İsrail ile İran arasında süregelen gerilim, son zamanlarda bazı yumuşamalar göstermiş olsa da, iki taraf arasında sert söylemler ve askeri tehditler devam etmekte. Özellikle İran, İsrail’in gerçekleştirdiği saldırılara karşılık olarak olası misillemeler yapma niyetinde olduğunu açıkça belirtiyor.
İran Meclisi Ulusal Güvenlik Komisyonu Üyesi İsmail Kevseri, İsrail’e yönelik bir askeri yanıt hakkında önemli açıklamalarda bulundu. Kevseri, yapılan görüşmelerle birlikte Siyonist İsrail rejimine karşı verilecek askeri karşılığın nihayetlendirilmiştir. Bu konuda Ulusal Güvenlik Konseyi’nin tüm üyeleri arasında bir fikir birliğine varılmıştır.
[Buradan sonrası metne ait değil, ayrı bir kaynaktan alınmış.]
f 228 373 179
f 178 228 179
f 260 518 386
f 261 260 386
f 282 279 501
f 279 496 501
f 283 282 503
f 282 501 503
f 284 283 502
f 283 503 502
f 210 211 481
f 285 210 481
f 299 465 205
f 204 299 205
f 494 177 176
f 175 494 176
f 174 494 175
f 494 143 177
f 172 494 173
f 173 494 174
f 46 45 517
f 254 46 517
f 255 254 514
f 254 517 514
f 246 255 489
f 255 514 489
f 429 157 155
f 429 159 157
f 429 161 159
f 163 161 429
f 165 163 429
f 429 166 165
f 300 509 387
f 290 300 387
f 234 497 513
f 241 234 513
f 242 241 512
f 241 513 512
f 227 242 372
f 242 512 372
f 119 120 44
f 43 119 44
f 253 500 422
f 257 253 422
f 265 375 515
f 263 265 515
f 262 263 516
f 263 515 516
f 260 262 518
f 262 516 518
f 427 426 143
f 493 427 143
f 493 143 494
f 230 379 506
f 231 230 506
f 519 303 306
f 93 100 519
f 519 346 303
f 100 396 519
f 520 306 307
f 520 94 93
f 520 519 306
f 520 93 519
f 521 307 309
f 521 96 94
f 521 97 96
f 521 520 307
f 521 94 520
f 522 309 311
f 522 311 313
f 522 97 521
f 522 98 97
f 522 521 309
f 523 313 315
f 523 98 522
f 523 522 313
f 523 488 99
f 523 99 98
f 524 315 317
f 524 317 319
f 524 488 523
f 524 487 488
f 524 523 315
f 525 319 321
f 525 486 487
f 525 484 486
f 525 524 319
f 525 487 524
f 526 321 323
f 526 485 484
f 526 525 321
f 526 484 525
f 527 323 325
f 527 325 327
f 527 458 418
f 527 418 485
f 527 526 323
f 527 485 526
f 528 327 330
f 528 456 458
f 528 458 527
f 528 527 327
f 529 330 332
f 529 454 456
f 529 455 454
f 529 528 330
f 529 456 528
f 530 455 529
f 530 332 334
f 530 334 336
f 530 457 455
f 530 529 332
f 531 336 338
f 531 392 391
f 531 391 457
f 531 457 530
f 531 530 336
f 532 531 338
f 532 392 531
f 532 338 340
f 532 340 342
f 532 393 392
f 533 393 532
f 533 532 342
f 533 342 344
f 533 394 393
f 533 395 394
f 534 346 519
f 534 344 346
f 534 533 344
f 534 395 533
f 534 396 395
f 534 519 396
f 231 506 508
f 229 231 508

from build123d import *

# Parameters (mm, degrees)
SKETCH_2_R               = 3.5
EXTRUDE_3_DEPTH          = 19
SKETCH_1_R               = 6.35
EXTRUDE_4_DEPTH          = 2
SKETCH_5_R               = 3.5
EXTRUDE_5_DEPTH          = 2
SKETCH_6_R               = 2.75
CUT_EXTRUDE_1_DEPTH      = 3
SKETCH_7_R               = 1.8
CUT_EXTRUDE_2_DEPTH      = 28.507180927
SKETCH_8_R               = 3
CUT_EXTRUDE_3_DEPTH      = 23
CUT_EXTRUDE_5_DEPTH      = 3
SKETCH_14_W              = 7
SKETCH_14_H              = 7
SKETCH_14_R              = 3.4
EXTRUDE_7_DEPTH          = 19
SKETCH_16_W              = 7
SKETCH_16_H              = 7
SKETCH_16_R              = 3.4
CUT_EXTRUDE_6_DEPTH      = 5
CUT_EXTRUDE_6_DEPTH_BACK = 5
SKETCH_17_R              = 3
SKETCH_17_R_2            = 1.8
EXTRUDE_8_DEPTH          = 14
Kevseri’nin açıklamalarında dikkat çeken bir diğer nokta ise, verilen yanıtın gelecekte gerçekleştirilecek bir operasyonun daha yıkıcı olacağına dair ifadeleri. “Bu kararın ne zaman hayata geçirileceği, tamamen silahlı kuvvetlerimizin kararına bağlıdır. Planlamalar yapılmakta ve operasyonun zamanlaması üzerinde çalışılmaktadır,” ifadelerini kullandı. Ayrıca, bu operasyonda bölgedeki direniş güçleri ile ortak hareket edeceklerini de belirtti.
İran hükümeti içinden gelen açıklamalara atıfta bulunan Kevseri, bazı yetkililerin İsrail’e yanıt verilmemesi yönündeki görüşlerini eleştirdi. Ancak, bu kişilerin alınacak kararda bir rolü olmadığını vurguladı. “Siyonist İsrail rejiminin askeri yanıtı, Ulusal Güvenlik Konseyi’nde alınmaktadır ve bu bağlamda herhangi bir hükûmet yetkilisinin etkisi bulunmamaktadır” dedi.
Bunun yanı sıra, İsrail’in İran’a yönelik saldırısının ardından, Tahran yönetimi uluslararası hukuk çerçevesinde kendi meşru müdafaa hakkını kullanacaklarını da açıkladı. Kevseri, düşmanın İran’a karşı büyük hatalar yaptığını ve bu durumun artık cevap verme hakkının doğduğunu öne sürdü. “Biz, bu durumda Siyonist rejime karşı yeni bir operasyon düzenleyebiliriz. Bu, en doğal hakkımızdır ve ileride Siyonist rejime yanıt vermek için kesin olarak harekete geçeceğiz,” diye ekledi.
Sonuç olarak, İran ve İsrail arasındaki gerginlik devam ederken, özellikle İran tarafından atılacak adımların dikkatle takip edilmesi gerekiyor. Hem askeri stratejiler hem de uluslararası hukuk çerçevesinde ortaya çıkacak durumlar, bölgedeki güvenlik dengelerini etkileyecektir.